How the mutation rate and AA expectations are derived

  1. Reads are aligned to both the region of interest and the full plasmid. Mismatches in the region define the "target" rate; mismatches elsewhere provide the background.
  2. The per-base background rate is subtracted from the target rate to yield a net nucleotide mutation rate, and the standard deviation reflects binomial sampling and quality-score uncertainty.
  3. The net rate is multiplied by the CDS length to estimate λ_bp (mutations per copy). Monte Carlo simulations then flip random bases, translate the mutated CDS, and count amino-acid differences across 1,000 trials—these drive the AA mutation mean/variance that appear in the panel plot and summary.

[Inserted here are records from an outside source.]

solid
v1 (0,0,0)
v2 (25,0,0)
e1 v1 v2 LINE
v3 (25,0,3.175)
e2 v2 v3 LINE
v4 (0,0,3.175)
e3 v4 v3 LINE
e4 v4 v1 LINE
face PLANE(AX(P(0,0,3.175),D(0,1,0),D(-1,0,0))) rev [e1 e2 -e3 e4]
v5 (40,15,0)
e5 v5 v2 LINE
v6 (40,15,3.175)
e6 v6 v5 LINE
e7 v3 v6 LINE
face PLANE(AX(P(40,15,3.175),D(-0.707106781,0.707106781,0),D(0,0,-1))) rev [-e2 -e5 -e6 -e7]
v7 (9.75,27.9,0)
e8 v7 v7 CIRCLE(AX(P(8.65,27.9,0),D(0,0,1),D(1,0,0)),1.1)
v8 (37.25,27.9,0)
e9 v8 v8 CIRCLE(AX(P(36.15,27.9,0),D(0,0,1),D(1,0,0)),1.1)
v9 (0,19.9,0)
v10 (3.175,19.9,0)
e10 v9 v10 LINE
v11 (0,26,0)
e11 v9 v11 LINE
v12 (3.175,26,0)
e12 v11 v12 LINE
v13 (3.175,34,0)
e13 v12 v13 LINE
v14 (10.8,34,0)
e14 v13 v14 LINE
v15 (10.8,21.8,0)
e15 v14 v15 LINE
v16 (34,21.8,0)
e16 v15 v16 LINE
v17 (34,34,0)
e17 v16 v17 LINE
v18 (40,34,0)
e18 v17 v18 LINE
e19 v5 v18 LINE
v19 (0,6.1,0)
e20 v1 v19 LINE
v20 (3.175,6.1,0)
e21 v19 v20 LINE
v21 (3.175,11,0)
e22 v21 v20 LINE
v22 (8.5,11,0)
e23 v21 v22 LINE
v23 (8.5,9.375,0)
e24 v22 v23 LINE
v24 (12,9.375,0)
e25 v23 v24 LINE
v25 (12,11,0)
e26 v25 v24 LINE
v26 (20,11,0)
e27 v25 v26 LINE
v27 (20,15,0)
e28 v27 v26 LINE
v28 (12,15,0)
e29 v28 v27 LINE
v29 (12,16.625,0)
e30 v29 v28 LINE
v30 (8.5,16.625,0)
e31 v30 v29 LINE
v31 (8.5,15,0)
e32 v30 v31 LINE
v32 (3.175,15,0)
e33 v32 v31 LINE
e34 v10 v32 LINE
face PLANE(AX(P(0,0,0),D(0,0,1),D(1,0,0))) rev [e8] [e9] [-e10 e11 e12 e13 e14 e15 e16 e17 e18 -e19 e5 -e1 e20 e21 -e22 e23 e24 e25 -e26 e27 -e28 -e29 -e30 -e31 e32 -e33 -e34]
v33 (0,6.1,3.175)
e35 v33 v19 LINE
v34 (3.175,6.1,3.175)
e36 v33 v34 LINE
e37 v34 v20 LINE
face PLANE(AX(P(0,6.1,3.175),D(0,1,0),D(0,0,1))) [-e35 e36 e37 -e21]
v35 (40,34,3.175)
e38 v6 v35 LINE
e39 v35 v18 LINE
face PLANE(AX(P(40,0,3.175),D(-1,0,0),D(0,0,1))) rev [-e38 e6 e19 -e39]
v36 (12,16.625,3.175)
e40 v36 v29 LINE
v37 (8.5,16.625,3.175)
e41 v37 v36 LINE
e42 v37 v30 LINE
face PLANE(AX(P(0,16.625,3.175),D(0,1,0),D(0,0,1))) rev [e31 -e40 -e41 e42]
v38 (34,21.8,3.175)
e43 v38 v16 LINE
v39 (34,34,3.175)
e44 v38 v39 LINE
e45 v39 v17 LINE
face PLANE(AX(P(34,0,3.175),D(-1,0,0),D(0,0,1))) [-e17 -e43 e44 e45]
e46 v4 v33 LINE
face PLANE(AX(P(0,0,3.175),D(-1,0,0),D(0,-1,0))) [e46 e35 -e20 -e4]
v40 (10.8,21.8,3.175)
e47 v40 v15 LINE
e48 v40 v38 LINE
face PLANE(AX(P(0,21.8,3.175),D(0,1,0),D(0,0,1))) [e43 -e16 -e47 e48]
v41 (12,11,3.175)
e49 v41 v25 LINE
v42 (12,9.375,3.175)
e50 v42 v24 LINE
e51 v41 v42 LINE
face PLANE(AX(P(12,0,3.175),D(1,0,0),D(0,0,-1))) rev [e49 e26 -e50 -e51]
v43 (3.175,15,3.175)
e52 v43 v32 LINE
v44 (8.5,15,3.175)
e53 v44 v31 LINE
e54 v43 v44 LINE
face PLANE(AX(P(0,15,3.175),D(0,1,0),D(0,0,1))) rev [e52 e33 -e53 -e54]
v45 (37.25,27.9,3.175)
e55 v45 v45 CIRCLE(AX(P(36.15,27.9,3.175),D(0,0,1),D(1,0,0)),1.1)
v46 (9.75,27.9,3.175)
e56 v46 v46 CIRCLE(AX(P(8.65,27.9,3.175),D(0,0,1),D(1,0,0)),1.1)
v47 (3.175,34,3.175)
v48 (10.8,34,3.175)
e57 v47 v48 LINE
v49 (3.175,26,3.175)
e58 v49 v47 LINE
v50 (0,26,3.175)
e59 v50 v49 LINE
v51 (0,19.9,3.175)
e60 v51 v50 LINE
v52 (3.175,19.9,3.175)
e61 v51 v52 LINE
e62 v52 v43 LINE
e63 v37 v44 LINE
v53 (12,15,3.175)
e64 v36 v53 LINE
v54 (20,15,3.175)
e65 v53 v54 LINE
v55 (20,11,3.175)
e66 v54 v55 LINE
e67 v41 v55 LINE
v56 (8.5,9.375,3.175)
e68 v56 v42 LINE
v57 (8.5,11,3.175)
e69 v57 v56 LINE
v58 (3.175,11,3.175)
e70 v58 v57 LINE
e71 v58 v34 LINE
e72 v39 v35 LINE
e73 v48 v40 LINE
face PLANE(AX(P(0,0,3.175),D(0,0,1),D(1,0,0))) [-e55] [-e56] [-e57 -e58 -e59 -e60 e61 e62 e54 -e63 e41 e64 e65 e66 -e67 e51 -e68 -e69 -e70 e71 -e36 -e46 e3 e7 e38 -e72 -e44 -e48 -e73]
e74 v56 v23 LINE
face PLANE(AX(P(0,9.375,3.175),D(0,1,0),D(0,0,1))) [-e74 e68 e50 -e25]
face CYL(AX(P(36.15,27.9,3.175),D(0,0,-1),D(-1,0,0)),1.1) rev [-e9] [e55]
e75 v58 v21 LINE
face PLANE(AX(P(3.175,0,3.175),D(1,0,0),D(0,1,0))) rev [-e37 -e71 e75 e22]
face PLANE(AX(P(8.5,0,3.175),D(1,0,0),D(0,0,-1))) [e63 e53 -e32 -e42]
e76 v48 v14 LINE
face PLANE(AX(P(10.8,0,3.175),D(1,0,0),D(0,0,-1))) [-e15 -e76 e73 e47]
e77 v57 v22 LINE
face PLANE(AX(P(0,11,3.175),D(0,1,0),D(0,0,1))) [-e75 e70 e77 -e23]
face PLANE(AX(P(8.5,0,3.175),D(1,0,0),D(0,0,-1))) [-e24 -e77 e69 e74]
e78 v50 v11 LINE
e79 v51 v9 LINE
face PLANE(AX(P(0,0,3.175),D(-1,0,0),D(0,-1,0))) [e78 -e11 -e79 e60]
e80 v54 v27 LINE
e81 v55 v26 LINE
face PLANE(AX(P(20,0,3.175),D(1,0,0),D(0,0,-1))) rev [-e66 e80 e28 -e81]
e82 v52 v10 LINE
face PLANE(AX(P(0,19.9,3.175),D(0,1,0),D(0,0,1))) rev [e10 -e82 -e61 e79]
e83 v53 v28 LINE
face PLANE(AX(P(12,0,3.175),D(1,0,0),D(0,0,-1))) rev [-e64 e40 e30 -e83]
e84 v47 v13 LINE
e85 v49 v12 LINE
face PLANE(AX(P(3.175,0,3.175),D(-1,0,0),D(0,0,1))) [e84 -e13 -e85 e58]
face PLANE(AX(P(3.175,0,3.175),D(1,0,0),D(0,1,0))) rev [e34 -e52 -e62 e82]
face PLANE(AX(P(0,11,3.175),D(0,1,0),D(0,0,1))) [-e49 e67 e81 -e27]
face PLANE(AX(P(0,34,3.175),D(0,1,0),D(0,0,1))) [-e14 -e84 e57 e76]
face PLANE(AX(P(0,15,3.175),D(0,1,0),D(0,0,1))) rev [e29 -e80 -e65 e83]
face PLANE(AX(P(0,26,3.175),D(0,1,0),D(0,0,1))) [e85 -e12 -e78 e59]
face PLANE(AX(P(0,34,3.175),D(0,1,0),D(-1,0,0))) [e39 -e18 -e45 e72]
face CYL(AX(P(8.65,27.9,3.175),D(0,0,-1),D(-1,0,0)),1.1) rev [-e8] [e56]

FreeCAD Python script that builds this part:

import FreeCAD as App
import Part
import Sketcher
from FreeCAD import Vector
Q = App.Units.Quantity


def edges_at(feature, points):
    """Names of the edges that pass closest to the given points."""
    edges = feature.Shape.Edges
    near = lambda p: min(range(len(edges)), key=lambda i: edges[i].distToShape(Part.Vertex(*p))[0])
    return sorted({f"Edge{near(p) + 1}" for p in points})


def add_polygon(sketch, points):
    """Adds a closed chain of lines whose ends are joined by coincident constraints."""
    first, n = sketch.GeometryCount, len(points)
    for a, b in zip(points, points[1:] + points[:1]):
        sketch.addGeometry(Part.LineSegment(App.Vector(*a, 0), App.Vector(*b, 0)), False)
    for i in range(n):
        sketch.addConstraint(Sketcher.Constraint("Coincident", first + i, 2, first + (i + 1) % n, 1))

doc = App.newDocument("Part")
body = doc.addObject("PartDesign::Body", "Body")

# Sketch on XY plane
sketch1 = doc.addObject("Sketcher::SketchObject", "Sketch")
body.addObject(sketch1)
sketch1.AttachmentSupport = (doc.XY_Plane, [""])
sketch1.MapMode = "FlatFace"
add_polygon(sketch1, [(10.8, 21.8), (10.8, 34), (3.175, 34), (3.175, 26), (0, 26), (0, 19.9), (3.175, 19.9), (3.175, 15), (8.5, 15), (8.5, 16.625), (12, 16.625), (12, 15), (20, 15), (20, 11), (12, 11), (12, 9.375), (8.5, 9.375), (8.5, 11), (3.175, 11), (3.175, 6.1), (0, 6.1), (0, 0), (40, 0), (40, 34), (34, 34), (34, 21.8)])  # lines 0-25
sketch1.addGeometry(Part.Circle(Vector(8.65, 27.9, 0), Vector(0, 0, 1), 1.1), False)  # 26
sketch1.addGeometry(Part.Circle(Vector(36.15, 27.9, 0), Vector(0, 0, 1), 1.1), False)  # 27
sketch1.addConstraint([
    Sketcher.Constraint("Vertical", 0),
    Sketcher.Constraint("Horizontal", 1),
    Sketcher.Constraint("Vertical", 2),
    Sketcher.Constraint("Horizontal", 3),
    Sketcher.Constraint("Vertical", 4),
    Sketcher.Constraint("Horizontal", 5),
    Sketcher.Constraint("Vertical", 6),
    Sketcher.Constraint("Horizontal", 7),
    Sketcher.Constraint("Vertical", 8),
    Sketcher.Constraint("Horizontal", 9),
    Sketcher.Constraint("Vertical", 10),
    Sketcher.Constraint("Horizontal", 11),
    Sketcher.Constraint("Vertical", 12),
    Sketcher.Constraint("Horizontal", 13),
    Sketcher.Constraint("Vertical", 14),
    Sketcher.Constraint("Horizontal", 15),
    Sketcher.Constraint("Vertical", 16),
    Sketcher.Constraint("Horizontal", 17),
    Sketcher.Constraint("Vertical", 18),
    Sketcher.Constraint("Horizontal", 19),
    Sketcher.Constraint("Vertical", 20),
    Sketcher.Constraint("Horizontal", 21),
    Sketcher.Constraint("Vertical", 22),
    Sketcher.Constraint("Horizontal", 23),
    Sketcher.Constraint("Vertical", 24),
    Sketcher.Constraint("Horizontal", 25),
    Sketcher.Constraint("Coincident", 20, 2, -1, 1),
    Sketcher.Constraint("Equal", 26, 27),
    Sketcher.Constraint("PointOnObject", 3, 2, -2),
    Sketcher.Constraint("Horizontal", 26, 3, 27, 3),
    Sketcher.Constraint("Horizontal", 7, 2, 10, 2),
    Sketcher.Constraint("Horizontal", 13, 2, 16, 2),
    Sketcher.Constraint("Horizontal", 1, 2, 22, 2),
    Sketcher.Constraint("Vertical", 2, 2, 5, 2),
    Sketcher.Constraint("Vertical", 10, 2, 13, 2),
    Sketcher.Constraint("Vertical", 8, 2, 15, 2),
    Sketcher.Constraint("Vertical", 6, 2, 17, 2),
    Sketcher.Constraint("Equal", 13, 2),
    Sketcher.Constraint("Equal", 10, 14),
    Sketcher.Constraint("Equal", 6, 18),
    Sketcher.Constraint("Equal", 4, 20),
    Sketcher.Constraint("Diameter", 26, Q("2.2 mm")),
    Sketcher.Constraint("DistanceX", 11, 1, 11, 2, Q("8 mm")),
    Sketcher.Constraint("DistanceX", 21, 1, 21, 2, Q("40 mm")),
    Sketcher.Constraint("DistanceX", 23, 2, 23, 1, Q("6 mm")),
    Sketcher.Constraint("DistanceY", 12, 2, 12, 1, Q("4 mm")),
    Sketcher.Constraint("DistanceY", 22, 1, 22, 2, Q("34 mm")),
    Sketcher.Constraint("DistanceX", 9, 1, 9, 2, Q("3.5 mm")),
    Sketcher.Constraint("DistanceX", 25, 2, 25, 1, Q("23.2 mm")),
    Sketcher.Constraint("DistanceY", 0, 1, 0, 2, Q("12.2 mm")),
    Sketcher.Constraint("DistanceY", 4, 2, 4, 1, Q("6.1 mm")),
    Sketcher.Constraint("DistanceX", -1, 1, 9, 2, Q("12 mm")),
    Sketcher.Constraint("DistanceY", 4, 2, 26, 3, Q("8 mm")),
    Sketcher.Constraint("DistanceX", 26, 3, 27, 3, Q("27.5 mm")),
    Sketcher.Constraint("DistanceX", 1, 2, 1, 1, Q("7.625 mm")),
    Sketcher.Constraint("DistanceY", 8, 1, 8, 2, Q("1.625 mm")),
    Sketcher.Constraint("DistanceX", -1, 1, 26, 3, Q("8.65 mm")),
])
pad1 = doc.addObject("PartDesign::Pad", "Pad")
body.addObject(pad1)
pad1.Profile = sketch1
pad1.Length = 3.175
doc.recompute()

chamfer = doc.addObject("PartDesign::Chamfer", "Chamfer")
body.addObject(chamfer)
chamfer.Base = (pad1, edges_at(pad1, [(40, 0, 1.587)]))
chamfer.Size = 15

doc.recompute()
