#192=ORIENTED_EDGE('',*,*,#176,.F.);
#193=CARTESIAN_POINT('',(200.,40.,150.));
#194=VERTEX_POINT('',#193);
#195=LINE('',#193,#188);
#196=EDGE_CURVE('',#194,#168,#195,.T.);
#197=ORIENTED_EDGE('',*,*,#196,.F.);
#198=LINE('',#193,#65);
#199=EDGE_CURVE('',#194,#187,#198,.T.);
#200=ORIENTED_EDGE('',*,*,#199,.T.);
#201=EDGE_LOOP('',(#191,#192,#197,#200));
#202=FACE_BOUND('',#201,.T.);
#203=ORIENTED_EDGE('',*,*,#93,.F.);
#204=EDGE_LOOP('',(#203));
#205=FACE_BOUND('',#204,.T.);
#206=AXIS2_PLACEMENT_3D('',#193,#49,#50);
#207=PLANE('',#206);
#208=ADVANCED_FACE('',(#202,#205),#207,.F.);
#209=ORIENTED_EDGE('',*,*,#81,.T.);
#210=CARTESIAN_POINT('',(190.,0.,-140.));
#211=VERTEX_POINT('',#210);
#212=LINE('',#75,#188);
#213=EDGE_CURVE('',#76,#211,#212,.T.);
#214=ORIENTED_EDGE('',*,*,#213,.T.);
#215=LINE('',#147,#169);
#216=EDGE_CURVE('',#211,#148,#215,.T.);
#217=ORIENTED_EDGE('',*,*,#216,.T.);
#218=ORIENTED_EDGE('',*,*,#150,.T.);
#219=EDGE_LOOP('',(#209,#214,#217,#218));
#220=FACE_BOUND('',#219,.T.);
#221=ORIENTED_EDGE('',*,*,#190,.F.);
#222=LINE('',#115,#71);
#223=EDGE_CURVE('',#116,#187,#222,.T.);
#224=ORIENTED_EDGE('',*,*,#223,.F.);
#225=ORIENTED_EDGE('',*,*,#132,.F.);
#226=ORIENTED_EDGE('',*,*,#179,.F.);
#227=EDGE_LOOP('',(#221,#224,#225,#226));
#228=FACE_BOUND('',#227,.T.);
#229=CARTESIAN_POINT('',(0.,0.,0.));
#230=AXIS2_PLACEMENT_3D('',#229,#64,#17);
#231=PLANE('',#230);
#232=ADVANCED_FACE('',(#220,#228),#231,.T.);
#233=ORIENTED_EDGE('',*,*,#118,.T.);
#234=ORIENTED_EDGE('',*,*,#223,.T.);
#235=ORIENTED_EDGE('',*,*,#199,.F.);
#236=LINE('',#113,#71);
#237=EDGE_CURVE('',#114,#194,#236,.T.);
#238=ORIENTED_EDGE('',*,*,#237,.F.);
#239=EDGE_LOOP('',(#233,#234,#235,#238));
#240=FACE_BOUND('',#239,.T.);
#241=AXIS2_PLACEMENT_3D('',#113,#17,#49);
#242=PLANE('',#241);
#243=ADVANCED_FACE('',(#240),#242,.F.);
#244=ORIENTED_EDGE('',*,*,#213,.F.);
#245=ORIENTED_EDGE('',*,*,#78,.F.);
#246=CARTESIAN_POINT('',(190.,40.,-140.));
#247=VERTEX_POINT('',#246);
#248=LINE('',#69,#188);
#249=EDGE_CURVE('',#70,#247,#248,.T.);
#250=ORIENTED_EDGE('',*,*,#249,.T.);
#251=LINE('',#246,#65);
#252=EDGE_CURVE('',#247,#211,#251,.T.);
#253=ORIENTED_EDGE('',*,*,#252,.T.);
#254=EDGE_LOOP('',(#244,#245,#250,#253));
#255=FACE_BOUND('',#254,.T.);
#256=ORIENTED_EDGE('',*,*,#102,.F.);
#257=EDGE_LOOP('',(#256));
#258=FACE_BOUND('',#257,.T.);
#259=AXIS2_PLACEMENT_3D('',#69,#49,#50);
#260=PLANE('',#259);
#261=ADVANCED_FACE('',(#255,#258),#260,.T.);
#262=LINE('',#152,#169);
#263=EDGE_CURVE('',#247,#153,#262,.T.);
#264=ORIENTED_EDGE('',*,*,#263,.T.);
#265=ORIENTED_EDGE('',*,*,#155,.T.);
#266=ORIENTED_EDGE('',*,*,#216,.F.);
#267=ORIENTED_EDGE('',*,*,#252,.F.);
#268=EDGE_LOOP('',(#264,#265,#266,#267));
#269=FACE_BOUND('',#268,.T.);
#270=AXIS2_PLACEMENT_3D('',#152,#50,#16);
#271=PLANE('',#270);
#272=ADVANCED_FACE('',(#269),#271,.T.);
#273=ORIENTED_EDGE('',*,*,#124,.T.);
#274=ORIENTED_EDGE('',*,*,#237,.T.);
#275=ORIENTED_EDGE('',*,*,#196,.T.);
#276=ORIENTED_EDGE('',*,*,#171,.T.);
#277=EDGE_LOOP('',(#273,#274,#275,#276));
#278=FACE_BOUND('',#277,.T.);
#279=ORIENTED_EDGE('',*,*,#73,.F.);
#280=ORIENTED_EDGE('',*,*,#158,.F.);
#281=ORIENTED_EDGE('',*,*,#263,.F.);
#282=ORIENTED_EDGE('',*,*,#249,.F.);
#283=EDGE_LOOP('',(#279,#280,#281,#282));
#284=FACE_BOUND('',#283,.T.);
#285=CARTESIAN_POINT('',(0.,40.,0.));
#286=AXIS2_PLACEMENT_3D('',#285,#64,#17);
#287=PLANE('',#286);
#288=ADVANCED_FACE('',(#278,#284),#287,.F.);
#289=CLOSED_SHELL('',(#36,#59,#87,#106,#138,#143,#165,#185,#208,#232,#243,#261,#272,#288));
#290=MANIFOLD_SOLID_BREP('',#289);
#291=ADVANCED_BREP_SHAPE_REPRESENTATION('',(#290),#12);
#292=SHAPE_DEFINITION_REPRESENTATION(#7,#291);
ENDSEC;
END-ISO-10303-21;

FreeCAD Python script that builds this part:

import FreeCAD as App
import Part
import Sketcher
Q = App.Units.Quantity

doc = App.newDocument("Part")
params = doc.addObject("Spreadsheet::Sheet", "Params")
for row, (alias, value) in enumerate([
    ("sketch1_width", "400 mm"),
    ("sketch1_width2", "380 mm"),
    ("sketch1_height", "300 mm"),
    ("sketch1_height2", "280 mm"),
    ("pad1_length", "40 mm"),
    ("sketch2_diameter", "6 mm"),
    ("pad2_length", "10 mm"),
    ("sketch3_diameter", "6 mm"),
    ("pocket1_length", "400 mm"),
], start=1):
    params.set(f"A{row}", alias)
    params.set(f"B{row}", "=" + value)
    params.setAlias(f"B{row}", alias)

GUI quick start (optional)

The NiceGUI web frontend wraps the same workflows with an Apple-inspired design and sidebar navigation. Launch it with:

uht-tooling gui

The server binds to http://127.0.0.1:7860 by default. Open that URL in your browser to access the interface.

Navigation

The sidebar organises workflows into two groups:

Primer Design

  • Nextera XT (/)
  • SLIM (/slim)
  • KLD (/kld)
  • Gibson (/gibson)

Sequencing Analysis

  • Mutation Caller (/mutation-caller)
  • UMI Hunter (/umi-hunter)
  • Profile Inserts (/profile-inserts)
  • EP Library (/ep-library)

Features

  • Dark mode toggle — persists across sessions via browser storage.
  • FASTA paste support — Mutation Caller, UMI Hunter, and EP Library pages accept raw sequence paste in addition to file upload.
  • Slider controls with live value display — UMI Hunter thresholds, Profile Inserts min-ratio.
  • Download results as ZIP — output archives mirror the directory structure produced by the CLI.

Legacy Gradio interface

The old Gradio GUI is still available:

pip install "uht-tooling[legacy-gui]"
uht-tooling gui --legacy

Workflow tips

  • For large FASTQ datasets, the CLI remains the most efficient option (especially for automation or batch processing).

Troubleshooting

  • Port already bound: the launcher automatically selects the next free port and logs the chosen URL.
  • Missing dependency: ensure you installed with pip install "uht-tooling[gui]" (or the core package, which already includes NiceGUI).
  • Stopping the server: press Ctrl+C in the terminal session running uht-tooling gui.

Logging

Every workflow configures logging to the destination output directory. Inspect run.log for command echoes, parameter choices, and any warnings produced during execution. When providing bug reports, include this log file along with input metadata to streamline triage.


Roadmap

  • Expand CLI coverage to any remaining legacy scripts that are still invoked via make.
  • Add documentation for automation pipelines and integrate continuous integration tests.

Contributions in the form of bug reports, pull requests, or feature suggestions are welcome. File issues on GitHub with clear reproduction steps and sample data when possible.